13. Adam Jusko - February 28, 2007

A mix of the three is most likely to reach the revenue numbers you’re talking about.

#1 is too much untargeted traffic–who knows what those people want to see? Which is why the low RPMs.

#2 requires you to narrow the audience with a higher RPM, which might put you in the same place as #1, just a differentequation to get there.

#3 narrows your audience even further at an even higher RPM, again just changing the weights on the scale.

The best formula is to have a lot of eyeballs on a wide variety of targeted content. Who does that? Search engines, and it’s why we believe our new human-powered search engine Bessed can make the leap. Using human editors to create the most relevant search results with detailed descriptions of each link creates a targeted site with a mass appeal. Or so we hope :)

14. will - March 1, 2007

Personalization and proper targeting could make #1’s RPM up to the $5 range . . . you just have to show advertisers you have the ability to . .. or work on a PPC basis . . .

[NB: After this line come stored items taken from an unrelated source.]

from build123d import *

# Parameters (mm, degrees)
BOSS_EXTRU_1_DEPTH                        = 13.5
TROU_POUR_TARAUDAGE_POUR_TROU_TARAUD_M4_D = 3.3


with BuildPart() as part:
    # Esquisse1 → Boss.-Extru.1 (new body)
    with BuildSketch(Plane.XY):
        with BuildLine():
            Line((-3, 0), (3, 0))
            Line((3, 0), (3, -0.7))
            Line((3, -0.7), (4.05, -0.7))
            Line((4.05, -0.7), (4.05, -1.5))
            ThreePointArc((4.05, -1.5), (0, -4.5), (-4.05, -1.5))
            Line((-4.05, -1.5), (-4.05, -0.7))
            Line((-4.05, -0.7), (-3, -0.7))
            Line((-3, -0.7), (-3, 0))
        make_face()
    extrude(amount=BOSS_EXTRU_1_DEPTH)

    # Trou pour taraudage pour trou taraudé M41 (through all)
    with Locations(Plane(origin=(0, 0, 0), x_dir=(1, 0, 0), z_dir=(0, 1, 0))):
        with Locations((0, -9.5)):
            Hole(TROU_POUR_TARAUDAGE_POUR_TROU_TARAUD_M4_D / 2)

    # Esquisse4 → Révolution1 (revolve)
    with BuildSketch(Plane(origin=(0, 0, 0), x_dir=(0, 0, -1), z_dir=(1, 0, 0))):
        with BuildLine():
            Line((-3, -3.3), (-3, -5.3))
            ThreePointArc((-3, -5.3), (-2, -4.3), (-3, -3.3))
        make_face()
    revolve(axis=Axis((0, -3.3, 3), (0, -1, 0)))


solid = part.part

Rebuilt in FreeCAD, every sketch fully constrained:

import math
import FreeCAD as App
import Part
import Sketcher

V = App.Vector

doc = App.newDocument("Part")
body = doc.addObject("PartDesign::Body", "Body")

# Sketch on XY plane
sketch1 = doc.addObject("Sketcher::SketchObject", "Sketch")
body.addObject(sketch1)
sketch1.AttachmentSupport = (doc.XY_Plane, [""])
sketch1.MapMode = "FlatFace"
sketch1.addGeometry(Part.LineSegment(V(3, 0, 0), V(-3, 0, 0)), False)
sketch1.addGeometry(Part.LineSegment(V(-3, 0, 0), V(-3, -0.7, 0)), False)
sketch1.addGeometry(Part.LineSegment(V(-3, -0.7, 0), V(-4, -0.7, 0)), False)
sketch1.addGeometry(Part.LineSegment(V(-4, -0.7, 0), V(-4, -1.5, 0)), False)
sketch1.addGeometry(Part.ArcOfCircle(Part.Circle(V(0, -0.3, 0), V(0, 0, 1), 4.2), math.radians(-163), math.radians(-17)), False)
sketch1.addGeometry(Part.LineSegment(V(4, -1.5, 0), V(4, -0.7, 0)), False)
sketch1.addGeometry(Part.LineSegment(V(4, -0.7, 0), V(3, -0.7, 0)), False)
sketch1.addGeometry(Part.LineSegment(V(3, -0.7, 0), V(3, 0, 0)), False)
sketch1.addConstraint(Sketcher.Constraint("Coincident", 0, 2, 1, 1))
sketch1.addConstraint(Sketcher.Constraint("Coincident", 1, 2, 2, 1))
sketch1.addConstraint(Sketcher.Constraint("Coincident", 2, 2, 3, 1))
sketch1.addConstraint(Sketcher.Constraint("Coincident", 3, 2, 4, 1))
sketch1.addConstraint(Sketcher.Constraint("Coincident", 4, 2, 5, 1))
sketch1.addConstraint(Sketcher.Constraint("Coincident", 5, 2, 6, 1))
sketch1.addConstraint(Sketcher.Constraint("Coincident", 6, 2, 7, 1))
sketch1.addConstraint(Sketcher.Constraint("Coincident", 7, 2, 0, 1))
sketch1.addConstraint(Sketcher.Constraint("Horizontal", 0))
sketch1.addConstraint(Sketcher.Constraint("Vertical", 1))
sketch1.addConstraint(Sketcher.Constraint("Horizontal", 2))
sketch1.addConstraint(Sketcher.Constraint("Vertical", 3))
sketch1.addConstraint(Sketcher.Constraint("Vertical", 5))
sketch1.addConstraint(Sketcher.Constraint("Horizontal", 6))
sketch1.addConstraint(Sketcher.Constraint("Vertical", 7))
sketch1.addConstraint(Sketcher.Constraint("Symmetric", 0, 2, 7, 2, -1, 1))
sketch1.addConstraint(Sketcher.Constraint("Symmetric", 3, 2, 4, 2, -2))
sketch1.addConstraint(Sketcher.Constraint("Horizontal", 2, 2, 5, 2))
sketch1.addConstraint(Sketcher.Constraint("DistanceX", 0, 2, 0, 1, 6.0))
sketch1.addConstraint(Sketcher.Constraint("DistanceY", 1, 2, 1, 1, 0.7))
sketch1.addConstraint(Sketcher.Constraint("DistanceY", 3, 2, 3, 1, 0.8))
sketch1.addConstraint(Sketcher.Constraint("DistanceX", 2, 2, 2, 1, 1.05))
sketch1.addConstraint(Sketcher.Constraint("Radius", 4, 4.23375))
pad1 = doc.addObject("PartDesign::Pad", "Pad")
body.addObject(pad1)
pad1.Profile = sketch1
pad1.Length = 13.5

# Sketch on XZ plane
sketch2 = doc.addObject("Sketcher::SketchObject", "Sketch001")
body.addObject(sketch2)
sketch2.AttachmentSupport = (doc.XZ_Plane, [""])
sketch2.MapMode = "FlatFace"
sketch2.addGeometry(Part.Circle(V(0, 9.5, 0), V(0, 0, 1), 1.6), False)
sketch2.addConstraint(Sketcher.Constraint("PointOnObject", 0, 3, -2))
sketch2.addConstraint(Sketcher.Constraint("Diameter", 0, 3.3))
sketch2.addConstraint(Sketcher.Constraint("DistanceY", -1, 1, 0, 3, 9.5))
doc.recompute()
hole = doc.addObject("PartDesign::Hole", "Hole")
body.addObject(hole)
hole.Profile = sketch2
hole.ThreadType = "None"
hole.Diameter = 3.3
hole.DepthType = "ThroughAll"
hole.Reversed = True

# Sketch on YZ plane
sketch3 = doc.addObject("Sketcher::SketchObject", "Sketch002")
body.addObject(sketch3)
sketch3.AttachmentSupport = (doc.YZ_Plane, [""])
sketch3.MapMode = "FlatFace"
sketch3.addGeometry(Part.LineSegment(V(-3.3, 3, 0), V(-5.3, 3, 0)), False)
sketch3.addGeometry(Part.ArcOfCircle(Part.Circle(V(-4.3, 3, 0), V(0, 0, 1), 1), math.radians(180), math.radians(360)), False)
sketch3.addGeometry(Part.LineSegment(V(-3.3, 3, 0), V(-5.3, 3, 0)), True)  # axis
sketch3.addConstraint(Sketcher.Constraint("Coincident", 0, 1, 1, 2))
sketch3.addConstraint(Sketcher.Constraint("Coincident", 1, 1, 0, 2))
sketch3.addConstraint(Sketcher.Constraint("Horizontal", 0))
sketch3.addConstraint(Sketcher.Constraint("Horizontal", 2))
sketch3.addConstraint(Sketcher.Constraint("Coincident", 2, 1, 0, 1))
sketch3.addConstraint(Sketcher.Constraint("Horizontal", 1, 3, 0, 1))
sketch3.addConstraint(Sketcher.Constraint("Equal", 0, 2))
sketch3.addConstraint(Sketcher.Constraint("Radius", 1, 1.0))
sketch3.addConstraint(Sketcher.Constraint("DistanceY", -1, 1, 1, 3, 3.0))
sketch3.addConstraint(Sketcher.Constraint("DistanceX", 1, 3, -1, 1, 4.3))
revolution = doc.addObject("PartDesign::Revolution", "Revolution")
body.addObject(revolution)
revolution.Profile = sketch3
revolution.ReferenceAxis = (sketch3, ["Axis0"])
revolution.Angle = 360

doc.recompute()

Didnt Fox just buy an ad optimization firm specifically for myspace just recently?

15. bobbyd - March 1, 2007

Great piece and great feedback, here is my 2cents:
I have started one my media behemoth corp road with a social network called, verbdate.com. Basically 100% free social net with skype built in so people can call each other as an alternative to exchanging numbers. We have adsense on the site and it has been terribly disappointing to say the least.

Now, we don’t have the traffic to get excited about CPM yet, but the ad relevance is the big disconnect! Ads for “name tags” and “price tags” because our site uses Web2.0 “tags” is a real waste of html.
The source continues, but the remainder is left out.